Risks are reportedly low for women who attempt vaginal delivery after a c-section. However, a very real risk has been documented, particularly a rupturing of the uterus during labor. In a first ever national look at uterine ruptures in the UK, researchers found small — yet consistent — hazards:
In women who had a previous C-section, the risk of the womb rupturing during labour was seven times higher if they tried for a natural labour, compared with a planned C-section. The risk of the baby dying was three times higher.

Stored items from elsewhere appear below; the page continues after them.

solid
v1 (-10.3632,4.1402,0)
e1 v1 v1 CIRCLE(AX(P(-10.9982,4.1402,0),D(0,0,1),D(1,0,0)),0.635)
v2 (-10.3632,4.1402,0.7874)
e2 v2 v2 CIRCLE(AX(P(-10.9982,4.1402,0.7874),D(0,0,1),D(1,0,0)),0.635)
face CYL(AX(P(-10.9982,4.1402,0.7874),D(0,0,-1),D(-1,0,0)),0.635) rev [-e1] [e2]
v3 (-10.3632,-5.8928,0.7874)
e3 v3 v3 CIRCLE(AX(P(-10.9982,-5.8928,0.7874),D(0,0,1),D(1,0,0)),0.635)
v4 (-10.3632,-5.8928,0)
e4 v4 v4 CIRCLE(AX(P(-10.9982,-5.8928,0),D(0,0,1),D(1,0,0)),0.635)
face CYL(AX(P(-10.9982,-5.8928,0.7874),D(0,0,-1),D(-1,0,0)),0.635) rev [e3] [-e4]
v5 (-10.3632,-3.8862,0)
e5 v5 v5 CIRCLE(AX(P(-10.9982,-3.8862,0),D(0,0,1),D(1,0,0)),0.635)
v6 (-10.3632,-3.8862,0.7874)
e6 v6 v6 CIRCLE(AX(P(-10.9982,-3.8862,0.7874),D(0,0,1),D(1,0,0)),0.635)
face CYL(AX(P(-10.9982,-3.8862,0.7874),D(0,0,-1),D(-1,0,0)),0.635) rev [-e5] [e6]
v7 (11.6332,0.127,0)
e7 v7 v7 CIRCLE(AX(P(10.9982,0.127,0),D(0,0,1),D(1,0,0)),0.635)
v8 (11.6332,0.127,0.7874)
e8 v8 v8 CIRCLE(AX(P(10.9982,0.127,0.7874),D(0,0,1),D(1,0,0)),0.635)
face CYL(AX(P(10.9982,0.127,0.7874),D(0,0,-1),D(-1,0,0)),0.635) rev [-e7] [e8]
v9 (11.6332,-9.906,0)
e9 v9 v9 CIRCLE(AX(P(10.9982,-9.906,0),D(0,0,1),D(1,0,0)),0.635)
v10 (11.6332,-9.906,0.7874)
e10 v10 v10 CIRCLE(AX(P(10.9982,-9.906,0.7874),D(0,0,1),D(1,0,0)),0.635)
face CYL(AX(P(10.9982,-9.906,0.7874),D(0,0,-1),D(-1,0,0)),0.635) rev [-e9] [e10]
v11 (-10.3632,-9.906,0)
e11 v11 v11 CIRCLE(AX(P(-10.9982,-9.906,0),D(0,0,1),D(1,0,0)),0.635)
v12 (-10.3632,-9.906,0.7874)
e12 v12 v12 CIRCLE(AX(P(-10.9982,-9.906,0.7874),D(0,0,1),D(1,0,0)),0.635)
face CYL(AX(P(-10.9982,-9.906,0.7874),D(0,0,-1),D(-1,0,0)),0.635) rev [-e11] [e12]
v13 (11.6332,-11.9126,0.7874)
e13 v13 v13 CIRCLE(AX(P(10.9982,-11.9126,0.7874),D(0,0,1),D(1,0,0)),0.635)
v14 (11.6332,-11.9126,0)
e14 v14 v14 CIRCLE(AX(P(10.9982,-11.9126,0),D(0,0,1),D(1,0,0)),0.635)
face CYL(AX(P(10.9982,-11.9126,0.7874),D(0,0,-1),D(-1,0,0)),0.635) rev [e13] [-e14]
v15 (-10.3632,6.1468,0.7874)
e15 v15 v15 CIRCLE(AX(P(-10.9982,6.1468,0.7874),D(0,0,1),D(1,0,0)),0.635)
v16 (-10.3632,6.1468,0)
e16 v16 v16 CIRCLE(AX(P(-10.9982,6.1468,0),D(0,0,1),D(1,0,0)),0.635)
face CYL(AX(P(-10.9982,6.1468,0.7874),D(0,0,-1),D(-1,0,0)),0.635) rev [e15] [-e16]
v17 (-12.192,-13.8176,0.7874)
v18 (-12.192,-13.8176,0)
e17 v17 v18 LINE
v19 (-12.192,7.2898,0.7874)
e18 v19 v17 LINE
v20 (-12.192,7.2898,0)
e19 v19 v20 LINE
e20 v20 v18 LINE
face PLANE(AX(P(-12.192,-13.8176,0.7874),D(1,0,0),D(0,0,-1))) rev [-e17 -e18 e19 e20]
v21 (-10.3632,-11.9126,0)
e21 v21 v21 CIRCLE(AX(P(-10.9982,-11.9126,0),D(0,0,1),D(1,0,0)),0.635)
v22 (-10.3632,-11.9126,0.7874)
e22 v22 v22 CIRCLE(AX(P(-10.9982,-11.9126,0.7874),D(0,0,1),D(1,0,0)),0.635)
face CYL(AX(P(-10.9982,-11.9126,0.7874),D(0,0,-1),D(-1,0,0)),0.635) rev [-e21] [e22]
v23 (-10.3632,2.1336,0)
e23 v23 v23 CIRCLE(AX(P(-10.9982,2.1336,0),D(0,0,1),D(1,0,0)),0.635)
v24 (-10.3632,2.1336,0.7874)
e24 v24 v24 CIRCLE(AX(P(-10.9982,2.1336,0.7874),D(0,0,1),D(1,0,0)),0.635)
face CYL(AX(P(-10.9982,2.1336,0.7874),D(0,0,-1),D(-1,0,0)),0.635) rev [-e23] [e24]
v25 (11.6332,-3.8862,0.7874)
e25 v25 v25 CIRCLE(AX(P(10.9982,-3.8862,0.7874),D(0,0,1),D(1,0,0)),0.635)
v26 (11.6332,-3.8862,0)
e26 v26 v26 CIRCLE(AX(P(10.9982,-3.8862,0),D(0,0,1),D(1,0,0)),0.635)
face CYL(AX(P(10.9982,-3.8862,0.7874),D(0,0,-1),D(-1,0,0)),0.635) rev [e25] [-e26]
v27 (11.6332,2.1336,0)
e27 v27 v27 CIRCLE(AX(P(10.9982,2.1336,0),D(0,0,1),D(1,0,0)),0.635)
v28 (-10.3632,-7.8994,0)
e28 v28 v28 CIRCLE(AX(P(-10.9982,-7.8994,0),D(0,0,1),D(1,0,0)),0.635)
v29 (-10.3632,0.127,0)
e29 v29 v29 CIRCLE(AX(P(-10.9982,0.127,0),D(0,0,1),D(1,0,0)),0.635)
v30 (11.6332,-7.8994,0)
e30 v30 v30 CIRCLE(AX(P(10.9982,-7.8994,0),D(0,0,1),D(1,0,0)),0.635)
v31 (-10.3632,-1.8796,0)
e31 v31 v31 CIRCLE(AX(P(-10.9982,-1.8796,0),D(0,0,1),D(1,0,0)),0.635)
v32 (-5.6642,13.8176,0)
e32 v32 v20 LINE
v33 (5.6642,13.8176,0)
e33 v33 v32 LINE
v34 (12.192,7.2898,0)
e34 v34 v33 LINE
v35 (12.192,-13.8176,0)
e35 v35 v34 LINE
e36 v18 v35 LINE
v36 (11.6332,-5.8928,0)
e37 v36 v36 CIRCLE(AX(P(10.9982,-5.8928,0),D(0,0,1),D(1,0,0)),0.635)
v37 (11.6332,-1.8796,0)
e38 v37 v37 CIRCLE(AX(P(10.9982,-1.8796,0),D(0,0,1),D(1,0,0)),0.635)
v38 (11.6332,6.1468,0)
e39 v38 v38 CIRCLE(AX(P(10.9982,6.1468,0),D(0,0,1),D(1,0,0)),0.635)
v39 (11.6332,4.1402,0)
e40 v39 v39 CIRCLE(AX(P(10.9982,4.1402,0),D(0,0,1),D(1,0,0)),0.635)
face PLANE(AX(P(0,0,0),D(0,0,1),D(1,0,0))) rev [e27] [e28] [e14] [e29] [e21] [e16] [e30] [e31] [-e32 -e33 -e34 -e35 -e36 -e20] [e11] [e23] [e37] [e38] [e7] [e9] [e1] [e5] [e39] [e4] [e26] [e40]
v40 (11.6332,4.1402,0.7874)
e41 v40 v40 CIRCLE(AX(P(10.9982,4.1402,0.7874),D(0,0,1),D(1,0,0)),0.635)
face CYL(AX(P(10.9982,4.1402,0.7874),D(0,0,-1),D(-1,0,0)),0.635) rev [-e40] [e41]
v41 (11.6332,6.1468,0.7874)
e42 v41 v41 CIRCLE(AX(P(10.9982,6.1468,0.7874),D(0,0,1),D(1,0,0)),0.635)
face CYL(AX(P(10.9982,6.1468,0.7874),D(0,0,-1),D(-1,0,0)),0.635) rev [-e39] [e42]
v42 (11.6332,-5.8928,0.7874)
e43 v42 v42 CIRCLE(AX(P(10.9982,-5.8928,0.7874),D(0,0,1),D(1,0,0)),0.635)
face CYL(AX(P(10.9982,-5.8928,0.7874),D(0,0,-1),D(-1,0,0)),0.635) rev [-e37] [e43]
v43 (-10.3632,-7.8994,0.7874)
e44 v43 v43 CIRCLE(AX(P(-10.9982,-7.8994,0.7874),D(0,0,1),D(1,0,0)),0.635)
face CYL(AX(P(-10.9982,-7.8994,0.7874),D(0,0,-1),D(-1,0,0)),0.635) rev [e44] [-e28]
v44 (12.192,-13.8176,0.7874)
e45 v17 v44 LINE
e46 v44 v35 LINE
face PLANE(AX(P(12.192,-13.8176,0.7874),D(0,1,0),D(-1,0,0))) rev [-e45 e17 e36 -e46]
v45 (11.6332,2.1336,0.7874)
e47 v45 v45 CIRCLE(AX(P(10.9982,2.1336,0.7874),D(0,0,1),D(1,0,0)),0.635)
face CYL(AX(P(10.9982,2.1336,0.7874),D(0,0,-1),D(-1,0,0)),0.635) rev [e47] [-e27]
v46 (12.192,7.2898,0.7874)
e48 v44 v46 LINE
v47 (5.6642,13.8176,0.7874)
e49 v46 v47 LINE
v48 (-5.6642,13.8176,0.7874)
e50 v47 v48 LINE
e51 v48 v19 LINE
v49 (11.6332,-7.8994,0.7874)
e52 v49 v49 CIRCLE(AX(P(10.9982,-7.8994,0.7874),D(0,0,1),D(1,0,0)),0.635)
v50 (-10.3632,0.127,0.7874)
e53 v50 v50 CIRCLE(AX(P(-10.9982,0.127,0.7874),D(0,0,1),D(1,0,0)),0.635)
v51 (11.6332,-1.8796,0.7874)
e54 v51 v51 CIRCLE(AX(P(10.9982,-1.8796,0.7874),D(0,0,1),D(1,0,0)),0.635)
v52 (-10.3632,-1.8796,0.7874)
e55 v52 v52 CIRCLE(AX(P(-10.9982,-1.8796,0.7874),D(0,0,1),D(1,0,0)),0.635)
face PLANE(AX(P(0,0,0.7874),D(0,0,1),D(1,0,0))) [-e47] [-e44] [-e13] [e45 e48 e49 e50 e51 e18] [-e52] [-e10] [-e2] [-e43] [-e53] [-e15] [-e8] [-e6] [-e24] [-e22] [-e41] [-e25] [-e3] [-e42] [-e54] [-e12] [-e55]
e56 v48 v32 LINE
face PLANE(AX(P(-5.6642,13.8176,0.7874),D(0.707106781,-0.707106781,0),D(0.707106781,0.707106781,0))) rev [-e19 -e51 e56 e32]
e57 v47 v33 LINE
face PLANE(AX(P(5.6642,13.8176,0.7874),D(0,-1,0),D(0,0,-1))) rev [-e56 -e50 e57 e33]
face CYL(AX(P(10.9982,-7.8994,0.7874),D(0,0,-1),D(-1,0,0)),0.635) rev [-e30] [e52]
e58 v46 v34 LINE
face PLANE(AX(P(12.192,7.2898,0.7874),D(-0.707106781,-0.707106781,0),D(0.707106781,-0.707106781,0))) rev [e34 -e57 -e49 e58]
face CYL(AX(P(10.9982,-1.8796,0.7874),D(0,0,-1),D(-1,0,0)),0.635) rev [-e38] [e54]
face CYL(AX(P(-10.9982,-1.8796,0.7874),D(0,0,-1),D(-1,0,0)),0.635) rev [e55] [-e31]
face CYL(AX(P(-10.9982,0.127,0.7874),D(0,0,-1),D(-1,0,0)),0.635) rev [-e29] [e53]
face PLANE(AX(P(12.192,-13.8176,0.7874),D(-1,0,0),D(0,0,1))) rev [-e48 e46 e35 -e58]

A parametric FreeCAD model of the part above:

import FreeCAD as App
import Part
import Sketcher
from FreeCAD import Vector
Q = App.Units.Quantity

doc = App.newDocument("Part")
body = doc.addObject("PartDesign::Body", "Body")

sketch1 = body.newObject("Sketcher::SketchObject", "Sketch")
sketch1.AttachmentSupport = (doc.getObject("XY_Plane"), [""])
sketch1.MapMode = "FlatFace"
sketch1.addGeometry(Part.LineSegment(Vector(-5.7, 13.8, 0), Vector(-12.2, 7.3, 0)), False)
sketch1.addGeometry(Part.LineSegment(Vector(-12.2, 7.3, 0), Vector(-12.2, -13.8, 0)), False)
sketch1.addGeometry(Part.LineSegment(Vector(-12.2, -13.8, 0), Vector(12.2, -13.8, 0)), False)
sketch1.addGeometry(Part.LineSegment(Vector(12.2, -13.8, 0), Vector(12.2, 7.3, 0)), False)
sketch1.addGeometry(Part.LineSegment(Vector(12.2, 7.3, 0), Vector(5.7, 13.8, 0)), False)
sketch1.addGeometry(Part.LineSegment(Vector(5.7, 13.8, 0), Vector(-5.7, 13.8, 0)), False)
sketch1.addGeometry(Part.Circle(Vector(-11, -11.9, 0), Vector(0, 0, 1), 0.6), False)
sketch1.addGeometry(Part.Circle(Vector(-11, -9.9, 0), Vector(0, 0, 1), 0.6), False)
sketch1.addGeometry(Part.Circle(Vector(-11, -7.9, 0), Vector(0, 0, 1), 0.6), False)
sketch1.addGeometry(Part.Circle(Vector(-11, -5.9, 0), Vector(0, 0, 1), 0.6), False)
sketch1.addGeometry(Part.Circle(Vector(-11, -3.9, 0), Vector(0, 0, 1), 0.6), False)
sketch1.addGeometry(Part.Circle(Vector(11, -11.9, 0), Vector(0, 0, 1), 0.6), False)
sketch1.addGeometry(Part.Circle(Vector(11, -9.9, 0), Vector(0, 0, 1), 0.6), False)
sketch1.addGeometry(Part.Circle(Vector(11, -7.9, 0), Vector(0, 0, 1), 0.6), False)
sketch1.addGeometry(Part.Circle(Vector(11, -5.9, 0), Vector(0, 0, 1), 0.6), False)
sketch1.addGeometry(Part.Circle(Vector(11, -3.9, 0), Vector(0, 0, 1), 0.6), False)
sketch1.addGeometry(Part.Circle(Vector(-11, -1.9, 0), Vector(0, 0, 1), 0.6), False)
sketch1.addGeometry(Part.Circle(Vector(-11, 0.1, 0), Vector(0, 0, 1), 0.6), False)
sketch1.addGeometry(Part.Circle(Vector(-11, 2.1, 0), Vector(0, 0, 1), 0.6), False)
sketch1.addGeometry(Part.Circle(Vector(-11, 4.1, 0), Vector(0, 0, 1), 0.6), False)
sketch1.addGeometry(Part.Circle(Vector(-11, 6.1, 0), Vector(0, 0, 1), 0.6), False)
sketch1.addGeometry(Part.Circle(Vector(11, -1.9, 0), Vector(0, 0, 1), 0.6), False)
sketch1.addGeometry(Part.Circle(Vector(11, 0.1, 0), Vector(0, 0, 1), 0.6), False)
sketch1.addGeometry(Part.Circle(Vector(11, 2.1, 0), Vector(0, 0, 1), 0.6), False)
sketch1.addGeometry(Part.Circle(Vector(11, 4.1, 0), Vector(0, 0, 1), 0.6), False)
sketch1.addGeometry(Part.Circle(Vector(11, 6.1, 0), Vector(0, 0, 1), 0.6), False)
sketch1.addConstraint(Sketcher.Constraint("Coincident", 0, 2, 1, 1))
sketch1.addConstraint(Sketcher.Constraint("Coincident", 1, 2, 2, 1))
sketch1.addConstraint(Sketcher.Constraint("Coincident", 2, 2, 3, 1))
sketch1.addConstraint(Sketcher.Constraint("Coincident", 3, 2, 4, 1))
sketch1.addConstraint(Sketcher.Constraint("Coincident", 4, 2, 5, 1))
sketch1.addConstraint(Sketcher.Constraint("Coincident", 5, 2, 0, 1))
sketch1.addConstraint(Sketcher.Constraint("Vertical", 1))
sketch1.addConstraint(Sketcher.Constraint("Horizontal", 2))
sketch1.addConstraint(Sketcher.Constraint("Vertical", 3))
sketch1.addConstraint(Sketcher.Constraint("Horizontal", 5))
sketch1.addConstraint(Sketcher.Constraint("Equal", 6, 7))
sketch1.addConstraint(Sketcher.Constraint("Equal", 7, 8))
sketch1.addConstraint(Sketcher.Constraint("Equal", 8, 9))
sketch1.addConstraint(Sketcher.Constraint("Equal", 9, 10))
sketch1.addConstraint(Sketcher.Constraint("Equal", 10, 11))
sketch1.addConstraint(Sketcher.Constraint("Equal", 11, 12))
sketch1.addConstraint(Sketcher.Constraint("Equal", 12, 13))
sketch1.addConstraint(Sketcher.Constraint("Equal", 13, 14))
sketch1.addConstraint(Sketcher.Constraint("Equal", 14, 15))
sketch1.addConstraint(Sketcher.Constraint("Equal", 15, 16))
sketch1.addConstraint(Sketcher.Constraint("Equal", 16, 17))
sketch1.addConstraint(Sketcher.Constraint("Equal", 17, 18))
sketch1.addConstraint(Sketcher.Constraint("Equal", 18, 19))
sketch1.addConstraint(Sketcher.Constraint("Equal", 19, 20))
sketch1.addConstraint(Sketcher.Constraint("Equal", 20, 21))
sketch1.addConstraint(Sketcher.Constraint("Equal", 21, 22))
sketch1.addConstraint(Sketcher.Constraint("Equal", 22, 23))
sketch1.addConstraint(Sketcher.Constraint("Equal", 23, 24))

However, the overall risk was low – 2 in 10,000 of every UK pregnancies.
Australia has some similar findings, as the Australian Research Centre for Health of Women and Babies determined that planned repeat c-sections resulted in less severe bleeding than those women who opted for natural labor. There was also less of chance of the baby dying in the uterus when c-sections were on the agenda.
These findings, which have revisited the complications of c-sections, further evidence the need for women to discuss all their options with their doctors before delivery day. Simple going on autopilot or consenting to your doctor without further questioning could very well impact how you plan to expand your family.